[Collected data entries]
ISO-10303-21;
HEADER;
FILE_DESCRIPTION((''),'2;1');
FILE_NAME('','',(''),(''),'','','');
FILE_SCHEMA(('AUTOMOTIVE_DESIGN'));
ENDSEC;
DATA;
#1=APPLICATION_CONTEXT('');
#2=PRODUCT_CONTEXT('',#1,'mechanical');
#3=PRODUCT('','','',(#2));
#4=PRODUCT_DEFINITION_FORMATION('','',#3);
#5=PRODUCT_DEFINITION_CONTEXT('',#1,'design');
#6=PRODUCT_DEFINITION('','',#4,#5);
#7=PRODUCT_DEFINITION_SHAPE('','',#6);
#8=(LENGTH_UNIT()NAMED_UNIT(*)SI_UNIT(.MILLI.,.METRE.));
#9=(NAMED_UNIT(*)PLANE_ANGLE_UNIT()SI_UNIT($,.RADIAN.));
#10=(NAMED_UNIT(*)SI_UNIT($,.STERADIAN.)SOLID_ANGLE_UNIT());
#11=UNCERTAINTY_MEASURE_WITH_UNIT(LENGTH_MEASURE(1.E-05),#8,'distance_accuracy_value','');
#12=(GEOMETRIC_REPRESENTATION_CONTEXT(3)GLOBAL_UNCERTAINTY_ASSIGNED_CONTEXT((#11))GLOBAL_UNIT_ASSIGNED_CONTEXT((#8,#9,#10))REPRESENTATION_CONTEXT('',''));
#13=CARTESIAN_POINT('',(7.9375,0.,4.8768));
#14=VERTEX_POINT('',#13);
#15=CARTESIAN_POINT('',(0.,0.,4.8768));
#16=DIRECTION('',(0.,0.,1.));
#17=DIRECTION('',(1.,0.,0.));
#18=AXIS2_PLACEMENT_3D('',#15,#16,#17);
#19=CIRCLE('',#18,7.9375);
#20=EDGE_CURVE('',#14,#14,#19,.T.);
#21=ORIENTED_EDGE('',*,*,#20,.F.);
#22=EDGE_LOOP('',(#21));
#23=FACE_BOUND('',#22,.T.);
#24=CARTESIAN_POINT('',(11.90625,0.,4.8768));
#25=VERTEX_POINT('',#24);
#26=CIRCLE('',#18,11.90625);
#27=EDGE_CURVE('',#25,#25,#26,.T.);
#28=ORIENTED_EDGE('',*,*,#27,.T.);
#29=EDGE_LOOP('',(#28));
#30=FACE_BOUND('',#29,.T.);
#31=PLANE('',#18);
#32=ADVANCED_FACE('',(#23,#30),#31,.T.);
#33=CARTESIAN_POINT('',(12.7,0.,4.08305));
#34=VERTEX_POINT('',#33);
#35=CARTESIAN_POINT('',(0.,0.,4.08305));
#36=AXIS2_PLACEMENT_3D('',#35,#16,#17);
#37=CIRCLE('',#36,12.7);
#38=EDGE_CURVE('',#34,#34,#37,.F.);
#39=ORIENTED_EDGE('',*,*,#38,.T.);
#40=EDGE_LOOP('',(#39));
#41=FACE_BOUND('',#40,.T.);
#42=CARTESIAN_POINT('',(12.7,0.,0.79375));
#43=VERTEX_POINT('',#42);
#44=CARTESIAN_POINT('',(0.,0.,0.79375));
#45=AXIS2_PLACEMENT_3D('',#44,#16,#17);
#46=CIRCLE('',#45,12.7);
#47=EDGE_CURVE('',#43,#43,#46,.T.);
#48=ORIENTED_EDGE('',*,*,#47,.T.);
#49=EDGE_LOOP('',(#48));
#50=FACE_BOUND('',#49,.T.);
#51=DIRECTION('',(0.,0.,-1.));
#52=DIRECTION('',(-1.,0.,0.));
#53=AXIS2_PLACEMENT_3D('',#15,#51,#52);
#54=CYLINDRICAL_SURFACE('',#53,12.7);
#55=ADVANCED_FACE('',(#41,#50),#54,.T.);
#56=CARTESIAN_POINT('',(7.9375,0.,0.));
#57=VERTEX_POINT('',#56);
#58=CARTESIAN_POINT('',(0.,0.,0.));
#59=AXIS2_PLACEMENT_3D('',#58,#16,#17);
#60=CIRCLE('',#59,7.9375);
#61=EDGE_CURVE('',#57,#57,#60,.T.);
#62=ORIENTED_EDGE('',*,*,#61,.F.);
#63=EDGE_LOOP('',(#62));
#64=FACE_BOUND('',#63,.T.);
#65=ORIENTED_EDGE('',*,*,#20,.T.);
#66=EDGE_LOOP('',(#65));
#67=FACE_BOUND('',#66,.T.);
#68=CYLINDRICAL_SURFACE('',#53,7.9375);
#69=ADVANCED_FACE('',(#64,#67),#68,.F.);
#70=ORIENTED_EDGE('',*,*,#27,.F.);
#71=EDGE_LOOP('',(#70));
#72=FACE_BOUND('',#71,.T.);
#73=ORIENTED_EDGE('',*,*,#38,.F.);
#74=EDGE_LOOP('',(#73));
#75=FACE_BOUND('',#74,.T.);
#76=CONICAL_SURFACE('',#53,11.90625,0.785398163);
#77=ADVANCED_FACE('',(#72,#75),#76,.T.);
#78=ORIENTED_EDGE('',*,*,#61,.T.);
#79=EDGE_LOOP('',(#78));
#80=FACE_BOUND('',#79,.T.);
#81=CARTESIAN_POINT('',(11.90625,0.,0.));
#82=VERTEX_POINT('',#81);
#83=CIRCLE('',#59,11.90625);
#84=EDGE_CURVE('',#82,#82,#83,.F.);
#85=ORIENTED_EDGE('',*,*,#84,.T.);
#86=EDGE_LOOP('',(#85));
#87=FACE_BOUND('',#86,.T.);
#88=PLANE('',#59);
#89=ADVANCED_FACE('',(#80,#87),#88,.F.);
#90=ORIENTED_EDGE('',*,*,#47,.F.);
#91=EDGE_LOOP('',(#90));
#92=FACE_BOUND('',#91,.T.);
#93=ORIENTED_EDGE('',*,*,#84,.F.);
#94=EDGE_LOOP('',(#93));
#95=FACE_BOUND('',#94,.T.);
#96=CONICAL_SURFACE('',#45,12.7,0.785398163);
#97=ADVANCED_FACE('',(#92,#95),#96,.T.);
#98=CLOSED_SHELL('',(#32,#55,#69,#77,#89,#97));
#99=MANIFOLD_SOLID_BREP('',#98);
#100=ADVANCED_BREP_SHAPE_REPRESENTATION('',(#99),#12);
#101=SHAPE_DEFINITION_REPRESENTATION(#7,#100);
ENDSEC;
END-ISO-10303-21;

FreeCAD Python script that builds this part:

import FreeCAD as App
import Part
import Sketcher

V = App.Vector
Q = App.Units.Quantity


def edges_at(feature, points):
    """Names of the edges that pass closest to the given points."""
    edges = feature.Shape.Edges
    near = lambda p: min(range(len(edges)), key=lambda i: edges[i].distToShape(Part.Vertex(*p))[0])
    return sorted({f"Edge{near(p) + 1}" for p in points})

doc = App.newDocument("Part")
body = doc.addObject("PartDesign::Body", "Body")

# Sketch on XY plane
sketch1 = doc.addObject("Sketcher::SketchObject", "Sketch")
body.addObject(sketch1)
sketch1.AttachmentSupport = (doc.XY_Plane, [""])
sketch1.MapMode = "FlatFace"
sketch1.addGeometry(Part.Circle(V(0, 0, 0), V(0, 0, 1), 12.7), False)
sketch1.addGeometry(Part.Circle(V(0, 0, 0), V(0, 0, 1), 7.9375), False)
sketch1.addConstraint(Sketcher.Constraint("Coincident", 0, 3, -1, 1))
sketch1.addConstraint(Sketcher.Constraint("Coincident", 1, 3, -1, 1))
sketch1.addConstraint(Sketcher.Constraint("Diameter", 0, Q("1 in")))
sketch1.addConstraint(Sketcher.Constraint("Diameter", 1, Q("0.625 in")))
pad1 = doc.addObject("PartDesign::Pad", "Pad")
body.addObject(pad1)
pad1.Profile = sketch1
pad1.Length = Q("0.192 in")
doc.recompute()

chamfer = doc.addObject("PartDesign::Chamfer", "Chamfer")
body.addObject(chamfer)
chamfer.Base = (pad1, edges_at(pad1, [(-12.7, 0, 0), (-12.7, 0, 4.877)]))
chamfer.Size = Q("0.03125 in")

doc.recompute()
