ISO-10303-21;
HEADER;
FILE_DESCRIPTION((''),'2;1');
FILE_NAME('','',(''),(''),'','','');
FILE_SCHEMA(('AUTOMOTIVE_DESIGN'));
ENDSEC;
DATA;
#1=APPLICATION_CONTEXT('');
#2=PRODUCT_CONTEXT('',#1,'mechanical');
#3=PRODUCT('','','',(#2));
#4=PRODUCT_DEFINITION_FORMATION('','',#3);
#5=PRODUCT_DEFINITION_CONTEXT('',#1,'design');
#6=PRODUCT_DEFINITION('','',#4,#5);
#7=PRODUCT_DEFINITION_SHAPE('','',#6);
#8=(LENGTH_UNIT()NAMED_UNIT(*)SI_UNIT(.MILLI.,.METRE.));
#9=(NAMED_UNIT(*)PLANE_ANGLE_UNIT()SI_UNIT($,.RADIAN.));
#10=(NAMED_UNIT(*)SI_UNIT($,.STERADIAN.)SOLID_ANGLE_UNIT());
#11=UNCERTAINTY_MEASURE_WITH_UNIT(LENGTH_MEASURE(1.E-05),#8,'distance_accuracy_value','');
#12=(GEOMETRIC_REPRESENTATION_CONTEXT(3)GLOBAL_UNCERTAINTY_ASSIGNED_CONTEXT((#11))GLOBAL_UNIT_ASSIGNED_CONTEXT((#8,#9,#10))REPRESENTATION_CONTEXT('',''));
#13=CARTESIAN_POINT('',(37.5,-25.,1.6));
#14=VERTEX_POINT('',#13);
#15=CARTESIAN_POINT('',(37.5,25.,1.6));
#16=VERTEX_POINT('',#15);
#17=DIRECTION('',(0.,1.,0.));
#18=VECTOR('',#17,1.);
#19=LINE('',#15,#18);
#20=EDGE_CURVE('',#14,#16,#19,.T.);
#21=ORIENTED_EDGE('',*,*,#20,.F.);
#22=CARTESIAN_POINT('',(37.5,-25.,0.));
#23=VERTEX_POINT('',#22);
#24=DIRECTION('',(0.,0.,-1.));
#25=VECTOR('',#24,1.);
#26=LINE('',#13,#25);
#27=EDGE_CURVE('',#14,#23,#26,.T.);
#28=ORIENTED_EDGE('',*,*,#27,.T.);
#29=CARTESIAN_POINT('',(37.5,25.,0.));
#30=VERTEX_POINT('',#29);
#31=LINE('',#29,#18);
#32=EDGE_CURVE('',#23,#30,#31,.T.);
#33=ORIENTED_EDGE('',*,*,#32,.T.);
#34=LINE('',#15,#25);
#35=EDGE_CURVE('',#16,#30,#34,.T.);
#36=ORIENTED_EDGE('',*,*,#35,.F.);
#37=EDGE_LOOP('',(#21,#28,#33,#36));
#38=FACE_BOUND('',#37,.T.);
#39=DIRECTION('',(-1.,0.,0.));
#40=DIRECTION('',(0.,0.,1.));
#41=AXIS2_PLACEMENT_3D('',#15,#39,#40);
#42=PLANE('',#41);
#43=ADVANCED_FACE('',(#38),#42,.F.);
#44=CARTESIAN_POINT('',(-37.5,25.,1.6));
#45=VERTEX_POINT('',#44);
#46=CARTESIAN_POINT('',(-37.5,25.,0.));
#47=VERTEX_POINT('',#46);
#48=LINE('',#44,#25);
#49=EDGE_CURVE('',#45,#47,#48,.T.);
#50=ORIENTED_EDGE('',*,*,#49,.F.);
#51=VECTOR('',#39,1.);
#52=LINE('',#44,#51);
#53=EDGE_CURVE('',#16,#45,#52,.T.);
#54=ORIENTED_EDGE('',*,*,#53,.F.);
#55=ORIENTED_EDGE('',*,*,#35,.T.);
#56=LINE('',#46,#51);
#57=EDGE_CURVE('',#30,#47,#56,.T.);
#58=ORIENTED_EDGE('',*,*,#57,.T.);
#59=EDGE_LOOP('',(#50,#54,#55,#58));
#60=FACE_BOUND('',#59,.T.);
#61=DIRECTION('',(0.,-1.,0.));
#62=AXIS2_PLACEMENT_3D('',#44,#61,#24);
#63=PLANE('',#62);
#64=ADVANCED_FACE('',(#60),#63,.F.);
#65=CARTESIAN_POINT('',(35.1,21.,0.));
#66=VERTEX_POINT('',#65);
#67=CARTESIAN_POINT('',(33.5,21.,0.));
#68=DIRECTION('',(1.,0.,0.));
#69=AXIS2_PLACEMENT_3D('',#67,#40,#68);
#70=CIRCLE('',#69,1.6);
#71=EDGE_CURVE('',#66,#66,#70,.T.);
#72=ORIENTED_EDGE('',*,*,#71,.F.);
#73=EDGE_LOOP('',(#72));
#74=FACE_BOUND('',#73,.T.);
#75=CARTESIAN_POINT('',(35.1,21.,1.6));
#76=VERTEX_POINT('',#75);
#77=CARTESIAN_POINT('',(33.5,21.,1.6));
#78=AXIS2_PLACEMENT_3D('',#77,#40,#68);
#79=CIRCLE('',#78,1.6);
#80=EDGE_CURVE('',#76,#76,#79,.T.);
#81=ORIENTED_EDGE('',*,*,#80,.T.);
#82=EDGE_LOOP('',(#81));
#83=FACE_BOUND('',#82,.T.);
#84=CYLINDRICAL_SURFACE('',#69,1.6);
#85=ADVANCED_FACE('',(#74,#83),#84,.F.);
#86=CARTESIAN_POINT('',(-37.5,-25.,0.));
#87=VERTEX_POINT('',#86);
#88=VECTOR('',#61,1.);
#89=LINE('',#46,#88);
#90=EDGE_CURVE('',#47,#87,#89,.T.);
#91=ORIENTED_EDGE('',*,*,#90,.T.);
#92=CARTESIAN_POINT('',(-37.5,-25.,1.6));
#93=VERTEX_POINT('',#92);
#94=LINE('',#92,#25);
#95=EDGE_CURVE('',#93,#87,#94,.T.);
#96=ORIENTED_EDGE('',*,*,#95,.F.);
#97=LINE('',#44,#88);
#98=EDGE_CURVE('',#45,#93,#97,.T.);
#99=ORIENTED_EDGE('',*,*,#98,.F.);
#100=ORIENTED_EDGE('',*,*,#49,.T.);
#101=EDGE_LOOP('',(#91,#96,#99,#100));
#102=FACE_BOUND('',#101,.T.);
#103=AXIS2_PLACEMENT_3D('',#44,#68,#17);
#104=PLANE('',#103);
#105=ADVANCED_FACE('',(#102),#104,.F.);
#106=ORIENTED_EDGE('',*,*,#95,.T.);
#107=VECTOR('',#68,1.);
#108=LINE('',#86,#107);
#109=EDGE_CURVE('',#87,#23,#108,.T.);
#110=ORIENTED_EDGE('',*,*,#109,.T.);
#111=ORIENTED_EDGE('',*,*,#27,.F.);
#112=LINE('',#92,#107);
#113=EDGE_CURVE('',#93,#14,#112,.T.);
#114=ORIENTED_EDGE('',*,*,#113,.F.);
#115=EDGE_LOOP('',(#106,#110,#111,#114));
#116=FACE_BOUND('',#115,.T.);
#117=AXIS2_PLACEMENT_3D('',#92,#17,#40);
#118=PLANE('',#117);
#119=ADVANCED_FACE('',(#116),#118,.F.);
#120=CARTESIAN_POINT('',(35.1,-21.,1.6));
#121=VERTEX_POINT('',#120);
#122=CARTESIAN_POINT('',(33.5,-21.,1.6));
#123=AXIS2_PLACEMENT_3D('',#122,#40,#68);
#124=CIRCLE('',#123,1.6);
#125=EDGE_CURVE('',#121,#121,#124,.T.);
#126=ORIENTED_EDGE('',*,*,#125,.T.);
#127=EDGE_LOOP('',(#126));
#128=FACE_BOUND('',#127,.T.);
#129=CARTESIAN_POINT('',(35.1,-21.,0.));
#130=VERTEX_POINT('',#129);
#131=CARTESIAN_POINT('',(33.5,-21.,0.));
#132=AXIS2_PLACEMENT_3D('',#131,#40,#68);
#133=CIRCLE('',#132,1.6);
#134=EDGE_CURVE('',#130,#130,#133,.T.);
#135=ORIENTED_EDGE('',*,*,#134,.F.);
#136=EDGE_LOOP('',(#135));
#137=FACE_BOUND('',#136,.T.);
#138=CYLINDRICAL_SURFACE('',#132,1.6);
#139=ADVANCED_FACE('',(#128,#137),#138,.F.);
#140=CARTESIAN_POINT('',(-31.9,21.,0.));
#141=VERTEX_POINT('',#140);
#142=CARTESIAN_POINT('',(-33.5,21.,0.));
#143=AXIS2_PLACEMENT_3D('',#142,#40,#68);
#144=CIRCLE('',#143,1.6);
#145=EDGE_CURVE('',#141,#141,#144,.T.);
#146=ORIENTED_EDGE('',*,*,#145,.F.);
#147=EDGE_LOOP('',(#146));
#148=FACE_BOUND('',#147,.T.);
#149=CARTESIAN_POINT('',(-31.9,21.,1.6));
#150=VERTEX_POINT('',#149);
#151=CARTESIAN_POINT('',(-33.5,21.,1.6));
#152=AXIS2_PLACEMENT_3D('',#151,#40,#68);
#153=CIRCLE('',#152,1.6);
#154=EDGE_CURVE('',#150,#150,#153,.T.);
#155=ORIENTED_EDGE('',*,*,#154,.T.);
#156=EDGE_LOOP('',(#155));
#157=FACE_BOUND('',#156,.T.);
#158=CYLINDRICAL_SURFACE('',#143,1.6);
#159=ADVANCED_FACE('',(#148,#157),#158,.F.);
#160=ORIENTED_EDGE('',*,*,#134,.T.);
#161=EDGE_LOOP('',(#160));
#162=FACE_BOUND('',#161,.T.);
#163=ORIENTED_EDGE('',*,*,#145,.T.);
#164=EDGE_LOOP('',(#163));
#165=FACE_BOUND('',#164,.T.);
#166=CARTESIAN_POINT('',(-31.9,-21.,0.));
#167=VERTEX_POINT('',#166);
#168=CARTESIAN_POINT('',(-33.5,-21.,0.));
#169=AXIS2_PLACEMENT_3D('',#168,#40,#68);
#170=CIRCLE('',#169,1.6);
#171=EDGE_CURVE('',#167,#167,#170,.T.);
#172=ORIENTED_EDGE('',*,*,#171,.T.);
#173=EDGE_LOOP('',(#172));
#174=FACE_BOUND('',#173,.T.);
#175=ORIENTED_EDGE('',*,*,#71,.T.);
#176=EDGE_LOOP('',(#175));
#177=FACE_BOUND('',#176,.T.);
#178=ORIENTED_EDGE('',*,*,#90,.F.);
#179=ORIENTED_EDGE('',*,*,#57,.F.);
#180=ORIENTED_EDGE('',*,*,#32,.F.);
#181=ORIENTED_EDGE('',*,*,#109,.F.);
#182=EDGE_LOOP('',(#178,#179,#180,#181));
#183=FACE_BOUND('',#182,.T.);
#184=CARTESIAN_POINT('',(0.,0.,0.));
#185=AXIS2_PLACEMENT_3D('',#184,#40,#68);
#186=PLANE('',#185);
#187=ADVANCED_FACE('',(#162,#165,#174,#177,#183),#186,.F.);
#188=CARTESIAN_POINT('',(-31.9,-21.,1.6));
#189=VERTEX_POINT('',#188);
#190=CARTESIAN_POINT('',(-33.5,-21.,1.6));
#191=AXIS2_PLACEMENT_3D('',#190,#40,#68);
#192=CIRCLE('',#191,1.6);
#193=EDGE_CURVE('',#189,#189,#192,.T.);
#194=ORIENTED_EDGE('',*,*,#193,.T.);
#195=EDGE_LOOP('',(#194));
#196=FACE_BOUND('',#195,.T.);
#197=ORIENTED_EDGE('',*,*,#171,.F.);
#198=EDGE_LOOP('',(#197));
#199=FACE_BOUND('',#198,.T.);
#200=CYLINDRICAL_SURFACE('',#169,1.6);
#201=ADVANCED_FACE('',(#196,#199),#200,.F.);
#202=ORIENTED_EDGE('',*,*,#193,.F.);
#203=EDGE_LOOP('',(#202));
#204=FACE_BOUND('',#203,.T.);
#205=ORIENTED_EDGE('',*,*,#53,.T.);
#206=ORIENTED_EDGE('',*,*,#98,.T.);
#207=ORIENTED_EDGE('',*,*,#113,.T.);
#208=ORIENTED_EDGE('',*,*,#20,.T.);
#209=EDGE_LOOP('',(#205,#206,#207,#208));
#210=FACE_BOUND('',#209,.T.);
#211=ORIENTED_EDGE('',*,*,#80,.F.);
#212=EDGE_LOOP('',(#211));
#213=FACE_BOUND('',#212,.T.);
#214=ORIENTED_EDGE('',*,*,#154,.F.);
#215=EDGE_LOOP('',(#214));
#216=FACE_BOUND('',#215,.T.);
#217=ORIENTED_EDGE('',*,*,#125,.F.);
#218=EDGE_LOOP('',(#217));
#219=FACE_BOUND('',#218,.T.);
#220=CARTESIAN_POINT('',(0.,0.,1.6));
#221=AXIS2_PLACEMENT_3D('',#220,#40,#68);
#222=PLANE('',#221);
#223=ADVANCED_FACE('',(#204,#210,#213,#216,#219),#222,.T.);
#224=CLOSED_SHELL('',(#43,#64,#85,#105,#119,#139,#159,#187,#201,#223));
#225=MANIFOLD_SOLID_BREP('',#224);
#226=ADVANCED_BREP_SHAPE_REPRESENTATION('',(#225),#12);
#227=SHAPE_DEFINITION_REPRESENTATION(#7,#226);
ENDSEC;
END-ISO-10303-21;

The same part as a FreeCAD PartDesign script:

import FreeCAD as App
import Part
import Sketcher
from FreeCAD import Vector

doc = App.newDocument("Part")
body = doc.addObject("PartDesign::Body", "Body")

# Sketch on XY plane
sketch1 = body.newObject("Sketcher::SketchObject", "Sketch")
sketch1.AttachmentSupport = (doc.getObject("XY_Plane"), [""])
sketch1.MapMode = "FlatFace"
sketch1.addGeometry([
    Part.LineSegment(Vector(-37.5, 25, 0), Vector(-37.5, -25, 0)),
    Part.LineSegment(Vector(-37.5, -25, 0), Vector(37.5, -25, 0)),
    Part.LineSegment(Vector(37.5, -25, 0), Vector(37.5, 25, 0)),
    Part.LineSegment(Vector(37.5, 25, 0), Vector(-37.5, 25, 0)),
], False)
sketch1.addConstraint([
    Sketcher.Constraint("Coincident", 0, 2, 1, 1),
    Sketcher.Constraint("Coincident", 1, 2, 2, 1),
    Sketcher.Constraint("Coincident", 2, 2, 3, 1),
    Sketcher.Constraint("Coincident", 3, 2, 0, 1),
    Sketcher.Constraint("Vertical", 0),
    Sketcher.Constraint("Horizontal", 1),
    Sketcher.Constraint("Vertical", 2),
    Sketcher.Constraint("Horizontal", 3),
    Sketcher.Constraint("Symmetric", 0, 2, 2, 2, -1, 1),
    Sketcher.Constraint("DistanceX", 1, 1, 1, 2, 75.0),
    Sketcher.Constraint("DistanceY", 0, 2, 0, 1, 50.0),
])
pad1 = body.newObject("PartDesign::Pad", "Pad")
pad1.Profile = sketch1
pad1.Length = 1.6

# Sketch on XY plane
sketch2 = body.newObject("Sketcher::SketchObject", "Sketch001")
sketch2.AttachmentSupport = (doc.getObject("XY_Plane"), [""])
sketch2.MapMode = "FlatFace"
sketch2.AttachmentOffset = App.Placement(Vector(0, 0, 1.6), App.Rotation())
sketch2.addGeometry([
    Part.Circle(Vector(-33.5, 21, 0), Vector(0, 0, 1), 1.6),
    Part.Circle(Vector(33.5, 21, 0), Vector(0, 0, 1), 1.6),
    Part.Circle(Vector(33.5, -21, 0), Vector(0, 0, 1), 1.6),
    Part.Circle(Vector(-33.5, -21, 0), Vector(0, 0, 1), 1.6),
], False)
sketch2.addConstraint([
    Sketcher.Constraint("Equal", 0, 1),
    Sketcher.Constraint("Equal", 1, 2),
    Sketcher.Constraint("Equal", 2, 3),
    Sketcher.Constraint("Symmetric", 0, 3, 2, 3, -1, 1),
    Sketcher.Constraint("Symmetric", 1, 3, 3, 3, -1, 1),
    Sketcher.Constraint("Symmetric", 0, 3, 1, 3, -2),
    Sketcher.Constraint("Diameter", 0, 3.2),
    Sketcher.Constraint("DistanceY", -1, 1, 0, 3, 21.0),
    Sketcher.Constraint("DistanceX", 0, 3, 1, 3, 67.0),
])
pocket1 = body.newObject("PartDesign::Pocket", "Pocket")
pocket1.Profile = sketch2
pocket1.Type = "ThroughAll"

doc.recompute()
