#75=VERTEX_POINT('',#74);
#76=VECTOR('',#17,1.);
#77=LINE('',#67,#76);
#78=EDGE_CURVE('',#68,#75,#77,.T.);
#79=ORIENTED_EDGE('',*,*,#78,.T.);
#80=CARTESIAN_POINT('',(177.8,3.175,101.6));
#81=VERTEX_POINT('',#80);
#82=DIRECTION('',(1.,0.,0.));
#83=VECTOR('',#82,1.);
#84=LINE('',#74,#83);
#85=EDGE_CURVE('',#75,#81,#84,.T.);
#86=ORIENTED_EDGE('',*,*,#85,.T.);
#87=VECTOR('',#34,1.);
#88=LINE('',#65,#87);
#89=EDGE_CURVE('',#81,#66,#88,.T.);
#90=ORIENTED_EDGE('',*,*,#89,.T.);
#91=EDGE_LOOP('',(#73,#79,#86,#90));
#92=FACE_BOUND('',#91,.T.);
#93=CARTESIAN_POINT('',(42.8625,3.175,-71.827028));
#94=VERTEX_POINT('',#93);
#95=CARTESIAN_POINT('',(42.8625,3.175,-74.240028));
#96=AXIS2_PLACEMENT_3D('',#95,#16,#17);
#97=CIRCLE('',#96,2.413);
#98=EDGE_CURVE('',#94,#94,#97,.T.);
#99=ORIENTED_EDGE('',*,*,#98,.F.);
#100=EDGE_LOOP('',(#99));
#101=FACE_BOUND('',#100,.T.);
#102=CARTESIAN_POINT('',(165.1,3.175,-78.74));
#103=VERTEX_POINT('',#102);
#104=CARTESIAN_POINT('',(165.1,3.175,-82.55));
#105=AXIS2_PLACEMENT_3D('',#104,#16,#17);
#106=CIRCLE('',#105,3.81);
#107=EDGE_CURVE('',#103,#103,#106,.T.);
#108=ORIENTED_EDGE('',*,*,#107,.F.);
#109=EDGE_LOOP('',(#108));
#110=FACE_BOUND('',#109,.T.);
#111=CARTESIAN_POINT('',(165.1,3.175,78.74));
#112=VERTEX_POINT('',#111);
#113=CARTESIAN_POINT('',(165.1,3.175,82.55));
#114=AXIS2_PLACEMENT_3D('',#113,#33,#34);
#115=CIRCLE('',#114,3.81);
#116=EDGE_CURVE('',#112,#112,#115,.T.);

- **What is needed**
The output should be exactly the lines above from the line containing "#182=EDGE_LOOP('',(#178,#179,#180,#181));" to the line containing "#210=FACE_BOUND('',#209,.T.);", inclusive, with no other lines.

- **The completed task**
#182=EDGE_LOOP('',(#178,#179,#180,#181));
#183=FACE_BOUND('',#182,.T.);
#184=CARTESIAN_POINT('',(0.,0.,0.));
#185=AXIS2_PLACEMENT_3D('',#184,#40,#68);
#186=PLANE('',#185);
#187=ADVANCED_FACE('',(#162,#165,#174,#177,#183),#186,.F.);
#188=CARTESIAN_POINT('',(-31.9,-21.,1.6));
#189=VERTEX_POINT('',#188);
#190=CARTESIAN_POINT('',(-33.5,-21.,1.6));
#191=AXIS2_PLACEMENT_3D('',#190,#40,#68);
#192=CIRCLE('',#191,1.6);
#193=EDGE_CURVE('',#189,#189,#192,.T.);
#194=ORIENTED_EDGE('',*,*,#193,.T.);
#195=EDGE_LOOP('',(#194));
#196=FACE_BOUND('',#195,.T.);
#197=ORIENTED_EDGE('',*,*,#171,.F.);
#198=EDGE_LOOP('',(#197));
#199=FACE_BOUND('',#198,.T.);
#200=CYLINDRICAL_SURFACE('',#169,1.6);
#201=ADVANCED_FACE('',(#196,#199),#200,.F.);
#202=ORIENTED_EDGE('',*,*,#193,.F.);
#203=EDGE_LOOP('',(#202));
#204=FACE_BOUND('',#203,.T.);
#205=ORIENTED_EDGE('',*,*,#53,.T.);
#206=ORIENTED_EDGE('',*,*,#98,.T.);
#207=ORIENTED_EDGE('',*,*,#113,.T.);
#208=ORIENTED_EDGE('',*,*,#20,.T.);
#209=EDGE_LOOP('',(#205,#206,#207,#208));
#210=FACE_BOUND('',#209,.T.);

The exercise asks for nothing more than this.